When Does Index Size Change Index Choice?

Last Updated 6 years ago

Size Matters?

One thing I hear a lot is that the optimizer will take the size of an index into account when choosing which one to use.

The tl;dr here is that it may make more of a difference when it comes to index width (think the number of columns in an index) than it does the actual size in MB or GB of the index.

You can usually observe this behavior with COUNT(*) queries.

If you have a table with a clustered index, and then a narrow(er) nonclustered index, it’s generally more efficient to just get a universal count from the nonclustered index because it’s less work to read.

This will likely change if you COUNT(a column not in the nonclustered index), but hey.

A column in the index is worth two key lookups.

Or something.

Queen Size

Let’s skip a lot of the nonsense! For once.

If I create a modest table with 1 million rows and a couple indexes with the key columns flipped, I can get a good starting test.

DROP TABLE IF EXISTS dbo.SizeQueen
CREATE TABLE dbo.SizeQueen
(
 id INT IDENTITY PRIMARY KEY CLUSTERED,
 order_date DATETIME NOT NULL,
 inefficiency DATETIME NOT NULL,
 INDEX ix_use_me NONCLUSTERED (order_date, inefficiency),
 INDEX ix_do_not_use_me NONCLUSTERED (inefficiency, order_date)
);

INSERT dbo.SizeQueen ( order_date, inefficiency )
SELECT TOP 1000000 x.n, x.n + 1
FROM   (   SELECT     ROW_NUMBER() OVER ( ORDER BY @@DBTS ) AS n
           FROM       sys.messages AS m
           CROSS JOIN sys.messages AS m2 ) AS x;

DROP TABLE IF EXISTS dbo.SizeQueen

CREATE TABLE dbo.SizeQueen

(

id INT IDENTITY PRIMARY KEY CLUSTERED,

order_date DATETIME NOT NULL,

inefficiency DATETIME NOT NULL,

INDEX ix_use_me NONCLUSTERED (order_date, inefficiency),

INDEX ix_do_not_use_me NONCLUSTERED (inefficiency, order_date)

);

INSERT dbo.SizeQueen ( order_date, inefficiency )

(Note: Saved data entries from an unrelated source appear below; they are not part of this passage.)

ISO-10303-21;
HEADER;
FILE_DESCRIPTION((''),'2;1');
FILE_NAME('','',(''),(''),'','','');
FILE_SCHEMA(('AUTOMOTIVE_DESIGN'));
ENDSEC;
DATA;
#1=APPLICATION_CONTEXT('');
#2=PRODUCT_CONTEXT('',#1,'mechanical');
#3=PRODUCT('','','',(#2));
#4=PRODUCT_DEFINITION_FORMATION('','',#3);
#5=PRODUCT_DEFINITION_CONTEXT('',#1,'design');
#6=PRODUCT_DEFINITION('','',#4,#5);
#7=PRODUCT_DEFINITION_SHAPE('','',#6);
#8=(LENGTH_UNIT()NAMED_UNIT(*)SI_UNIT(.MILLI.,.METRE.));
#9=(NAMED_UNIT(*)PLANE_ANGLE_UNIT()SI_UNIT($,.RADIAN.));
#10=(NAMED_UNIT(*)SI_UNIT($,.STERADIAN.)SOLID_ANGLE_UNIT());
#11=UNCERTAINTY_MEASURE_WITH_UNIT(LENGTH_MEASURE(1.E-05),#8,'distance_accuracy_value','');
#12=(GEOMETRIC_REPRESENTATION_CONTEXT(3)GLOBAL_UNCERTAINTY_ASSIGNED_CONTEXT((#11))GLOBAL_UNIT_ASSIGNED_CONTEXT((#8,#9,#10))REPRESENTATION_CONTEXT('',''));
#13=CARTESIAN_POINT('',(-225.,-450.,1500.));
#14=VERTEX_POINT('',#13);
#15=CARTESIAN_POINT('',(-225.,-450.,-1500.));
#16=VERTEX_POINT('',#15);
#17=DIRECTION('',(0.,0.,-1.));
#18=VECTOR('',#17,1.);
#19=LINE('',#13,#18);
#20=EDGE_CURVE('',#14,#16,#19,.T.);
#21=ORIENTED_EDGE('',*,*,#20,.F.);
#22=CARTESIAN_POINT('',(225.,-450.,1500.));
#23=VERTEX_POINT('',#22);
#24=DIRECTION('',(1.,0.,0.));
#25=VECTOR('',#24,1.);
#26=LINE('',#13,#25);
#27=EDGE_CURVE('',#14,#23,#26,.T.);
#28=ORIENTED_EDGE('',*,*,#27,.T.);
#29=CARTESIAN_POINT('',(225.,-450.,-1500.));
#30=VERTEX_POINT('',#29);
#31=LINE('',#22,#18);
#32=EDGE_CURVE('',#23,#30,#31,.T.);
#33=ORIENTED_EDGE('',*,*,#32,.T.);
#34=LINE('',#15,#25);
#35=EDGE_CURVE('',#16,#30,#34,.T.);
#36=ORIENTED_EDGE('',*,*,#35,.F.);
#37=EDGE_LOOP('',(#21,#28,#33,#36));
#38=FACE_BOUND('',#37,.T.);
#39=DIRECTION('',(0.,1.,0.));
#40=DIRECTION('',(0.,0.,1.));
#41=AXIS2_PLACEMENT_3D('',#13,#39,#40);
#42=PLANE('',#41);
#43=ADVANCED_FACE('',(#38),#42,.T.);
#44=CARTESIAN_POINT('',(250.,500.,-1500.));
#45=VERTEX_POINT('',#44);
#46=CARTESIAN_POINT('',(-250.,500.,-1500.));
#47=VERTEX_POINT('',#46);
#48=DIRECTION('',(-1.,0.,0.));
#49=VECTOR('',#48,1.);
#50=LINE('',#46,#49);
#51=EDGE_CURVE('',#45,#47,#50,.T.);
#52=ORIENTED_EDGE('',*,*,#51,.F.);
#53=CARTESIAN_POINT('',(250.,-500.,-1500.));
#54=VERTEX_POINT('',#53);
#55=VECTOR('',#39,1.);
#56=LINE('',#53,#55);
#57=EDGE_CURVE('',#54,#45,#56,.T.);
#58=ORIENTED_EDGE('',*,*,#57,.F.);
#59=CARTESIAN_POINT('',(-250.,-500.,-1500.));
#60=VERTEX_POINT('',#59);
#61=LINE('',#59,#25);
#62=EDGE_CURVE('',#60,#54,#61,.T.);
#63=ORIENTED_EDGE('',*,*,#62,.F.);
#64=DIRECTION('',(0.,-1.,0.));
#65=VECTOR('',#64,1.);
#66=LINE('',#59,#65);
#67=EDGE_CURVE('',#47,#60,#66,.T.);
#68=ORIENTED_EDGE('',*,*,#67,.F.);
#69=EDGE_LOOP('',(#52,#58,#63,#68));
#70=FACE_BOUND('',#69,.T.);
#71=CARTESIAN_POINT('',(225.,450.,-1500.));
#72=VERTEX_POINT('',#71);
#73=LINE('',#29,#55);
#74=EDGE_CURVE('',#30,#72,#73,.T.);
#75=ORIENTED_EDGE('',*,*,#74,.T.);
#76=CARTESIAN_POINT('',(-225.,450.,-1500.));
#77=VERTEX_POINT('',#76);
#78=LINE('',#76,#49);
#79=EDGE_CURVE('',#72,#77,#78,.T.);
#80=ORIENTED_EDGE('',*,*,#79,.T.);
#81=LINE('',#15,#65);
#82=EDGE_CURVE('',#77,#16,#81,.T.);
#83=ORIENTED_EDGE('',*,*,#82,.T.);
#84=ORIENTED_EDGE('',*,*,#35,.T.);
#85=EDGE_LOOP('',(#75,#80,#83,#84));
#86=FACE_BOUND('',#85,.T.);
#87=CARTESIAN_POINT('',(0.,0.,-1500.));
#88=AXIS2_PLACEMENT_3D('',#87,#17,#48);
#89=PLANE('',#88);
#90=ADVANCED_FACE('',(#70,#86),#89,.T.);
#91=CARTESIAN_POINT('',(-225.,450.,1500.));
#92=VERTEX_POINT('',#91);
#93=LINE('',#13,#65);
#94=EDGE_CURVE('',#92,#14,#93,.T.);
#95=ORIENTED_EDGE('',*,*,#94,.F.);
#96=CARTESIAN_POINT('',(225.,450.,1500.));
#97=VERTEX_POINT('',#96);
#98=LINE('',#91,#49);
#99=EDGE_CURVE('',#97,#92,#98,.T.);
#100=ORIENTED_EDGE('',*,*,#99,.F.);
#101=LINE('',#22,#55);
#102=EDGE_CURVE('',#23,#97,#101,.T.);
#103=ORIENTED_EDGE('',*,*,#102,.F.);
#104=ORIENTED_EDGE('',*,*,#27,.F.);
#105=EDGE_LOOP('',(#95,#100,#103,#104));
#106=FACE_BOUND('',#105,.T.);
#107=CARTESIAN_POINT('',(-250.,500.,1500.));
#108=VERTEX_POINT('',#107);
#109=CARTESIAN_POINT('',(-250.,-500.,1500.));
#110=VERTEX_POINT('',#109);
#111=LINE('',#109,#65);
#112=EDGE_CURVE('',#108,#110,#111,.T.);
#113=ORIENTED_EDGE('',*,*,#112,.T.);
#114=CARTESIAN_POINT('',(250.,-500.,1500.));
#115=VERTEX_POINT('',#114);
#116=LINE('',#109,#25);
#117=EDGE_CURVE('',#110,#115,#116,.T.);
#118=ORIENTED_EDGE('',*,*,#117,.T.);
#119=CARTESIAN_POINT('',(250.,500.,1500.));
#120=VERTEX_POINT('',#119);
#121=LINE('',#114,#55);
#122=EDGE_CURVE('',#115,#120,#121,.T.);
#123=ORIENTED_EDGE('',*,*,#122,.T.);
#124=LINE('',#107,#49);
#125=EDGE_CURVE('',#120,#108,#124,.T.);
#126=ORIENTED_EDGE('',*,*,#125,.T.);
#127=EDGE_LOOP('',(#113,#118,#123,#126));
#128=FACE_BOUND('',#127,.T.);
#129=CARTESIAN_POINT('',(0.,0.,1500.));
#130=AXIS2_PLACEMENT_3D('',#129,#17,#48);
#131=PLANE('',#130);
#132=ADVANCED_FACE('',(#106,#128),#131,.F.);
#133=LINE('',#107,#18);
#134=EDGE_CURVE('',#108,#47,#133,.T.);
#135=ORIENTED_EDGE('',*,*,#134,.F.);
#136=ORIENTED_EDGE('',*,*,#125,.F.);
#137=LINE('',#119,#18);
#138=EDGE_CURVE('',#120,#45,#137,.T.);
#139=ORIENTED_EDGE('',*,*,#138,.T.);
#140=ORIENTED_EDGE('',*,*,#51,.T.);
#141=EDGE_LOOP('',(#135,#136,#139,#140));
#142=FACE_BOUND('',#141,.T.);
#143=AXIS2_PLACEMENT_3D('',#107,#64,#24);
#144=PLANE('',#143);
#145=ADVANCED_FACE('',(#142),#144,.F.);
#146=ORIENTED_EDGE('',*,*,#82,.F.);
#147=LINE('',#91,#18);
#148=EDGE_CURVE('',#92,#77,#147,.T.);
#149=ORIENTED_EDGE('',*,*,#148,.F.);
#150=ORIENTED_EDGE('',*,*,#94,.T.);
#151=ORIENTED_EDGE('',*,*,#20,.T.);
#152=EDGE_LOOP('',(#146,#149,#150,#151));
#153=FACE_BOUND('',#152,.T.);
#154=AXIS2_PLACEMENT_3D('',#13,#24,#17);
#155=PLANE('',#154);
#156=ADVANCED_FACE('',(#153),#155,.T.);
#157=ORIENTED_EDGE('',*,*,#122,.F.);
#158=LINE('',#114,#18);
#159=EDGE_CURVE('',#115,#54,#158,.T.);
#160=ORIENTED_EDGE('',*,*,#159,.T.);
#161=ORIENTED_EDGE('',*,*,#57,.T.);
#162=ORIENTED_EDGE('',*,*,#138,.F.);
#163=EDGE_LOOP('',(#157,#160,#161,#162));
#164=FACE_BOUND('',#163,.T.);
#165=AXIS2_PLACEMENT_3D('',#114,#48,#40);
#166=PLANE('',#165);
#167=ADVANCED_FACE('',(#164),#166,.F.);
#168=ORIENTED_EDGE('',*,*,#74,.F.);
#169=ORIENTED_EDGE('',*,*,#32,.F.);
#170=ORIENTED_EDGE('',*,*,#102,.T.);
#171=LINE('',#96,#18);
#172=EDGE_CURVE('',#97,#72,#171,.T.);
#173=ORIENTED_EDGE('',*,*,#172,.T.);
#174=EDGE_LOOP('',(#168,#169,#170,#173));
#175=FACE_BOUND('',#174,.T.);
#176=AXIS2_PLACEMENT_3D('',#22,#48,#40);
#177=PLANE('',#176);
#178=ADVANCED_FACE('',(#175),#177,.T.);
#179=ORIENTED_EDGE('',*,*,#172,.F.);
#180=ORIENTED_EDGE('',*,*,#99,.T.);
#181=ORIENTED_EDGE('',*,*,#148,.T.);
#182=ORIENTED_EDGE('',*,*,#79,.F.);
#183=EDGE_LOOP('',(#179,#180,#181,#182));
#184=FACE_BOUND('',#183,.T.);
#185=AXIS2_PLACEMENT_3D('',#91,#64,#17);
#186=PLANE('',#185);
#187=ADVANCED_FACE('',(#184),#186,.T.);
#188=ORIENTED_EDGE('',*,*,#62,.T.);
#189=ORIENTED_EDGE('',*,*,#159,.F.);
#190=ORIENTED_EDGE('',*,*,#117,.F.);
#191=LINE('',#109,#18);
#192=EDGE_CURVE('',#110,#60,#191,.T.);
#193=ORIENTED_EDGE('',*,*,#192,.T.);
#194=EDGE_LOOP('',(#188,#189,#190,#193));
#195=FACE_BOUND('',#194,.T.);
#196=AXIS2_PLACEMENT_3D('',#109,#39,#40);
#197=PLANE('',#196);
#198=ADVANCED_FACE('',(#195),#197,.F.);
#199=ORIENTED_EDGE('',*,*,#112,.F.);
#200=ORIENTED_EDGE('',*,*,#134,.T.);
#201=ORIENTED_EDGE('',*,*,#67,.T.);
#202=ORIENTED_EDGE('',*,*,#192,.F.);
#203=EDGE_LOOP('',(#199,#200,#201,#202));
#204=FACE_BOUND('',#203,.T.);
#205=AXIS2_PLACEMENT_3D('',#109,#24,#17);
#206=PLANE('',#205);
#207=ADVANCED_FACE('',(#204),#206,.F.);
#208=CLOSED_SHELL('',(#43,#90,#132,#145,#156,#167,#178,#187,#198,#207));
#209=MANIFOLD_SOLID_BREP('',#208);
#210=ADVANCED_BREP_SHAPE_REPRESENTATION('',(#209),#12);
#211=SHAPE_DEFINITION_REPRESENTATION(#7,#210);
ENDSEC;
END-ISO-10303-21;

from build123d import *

# Parameters (mm, degrees)
SKETCH1_W           = 500
SKETCH1_H           = 1000
SKETCH1_W_2         = 450
SKETCH1_H_2         = 900
BOSS_EXTRUDE1_DEPTH = 1500


with BuildPart() as part:
    # Sketch1 → Boss-Extrude1 (new, symmetric)
    with BuildSketch(Plane.XY):
        Rectangle(SKETCH1_W, SKETCH1_H)
        Rectangle(SKETCH1_W_2, SKETCH1_H_2, mode=Mode.SUBTRACT)
    extrude(amount=BOSS_EXTRUDE1_DEPTH, both=True)


solid = part.part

SELECT TOP 1000000 x.n, x.n + 1

FROM ( SELECT ROW_NUMBER() OVER ( ORDER BY @@DBTS ) AS n

FROM sys.messages AS m

CROSS JOIN sys.messages AS m2 ) AS x;

I’m only going to be running two queries. One that does a direct equality, and one that looks for a hundred year range.

SET STATISTICS TIME, IO ON 

--Equality
SELECT COUNT(*) AS records
FROM dbo.SizeQueen AS sq
WHERE sq.order_date = '1980-11-04'

--Year range
SELECT COUNT(*) AS records
FROM dbo.SizeQueen AS sq
WHERE sq.order_date >= '1980-11-04'
AND sq.order_date < DATEADD(YEAR, 100, '1980-11-04')

SET STATISTICS TIME, IO ON

--Equality

SELECT COUNT(*) AS records

FROM dbo.SizeQueen AS sq

WHERE sq.order_date = '1980-11-04'

--Year range

SELECT COUNT(*) AS records

FROM dbo.SizeQueen AS sq

WHERE sq.order_date >= '1980-11-04'

AND sq.order_date < DATEADD(YEAR, 100, '1980-11-04')

To spice things up, we’ll fragment the index in a way that may eventually cause problems: we’ll add a bunch of empty space.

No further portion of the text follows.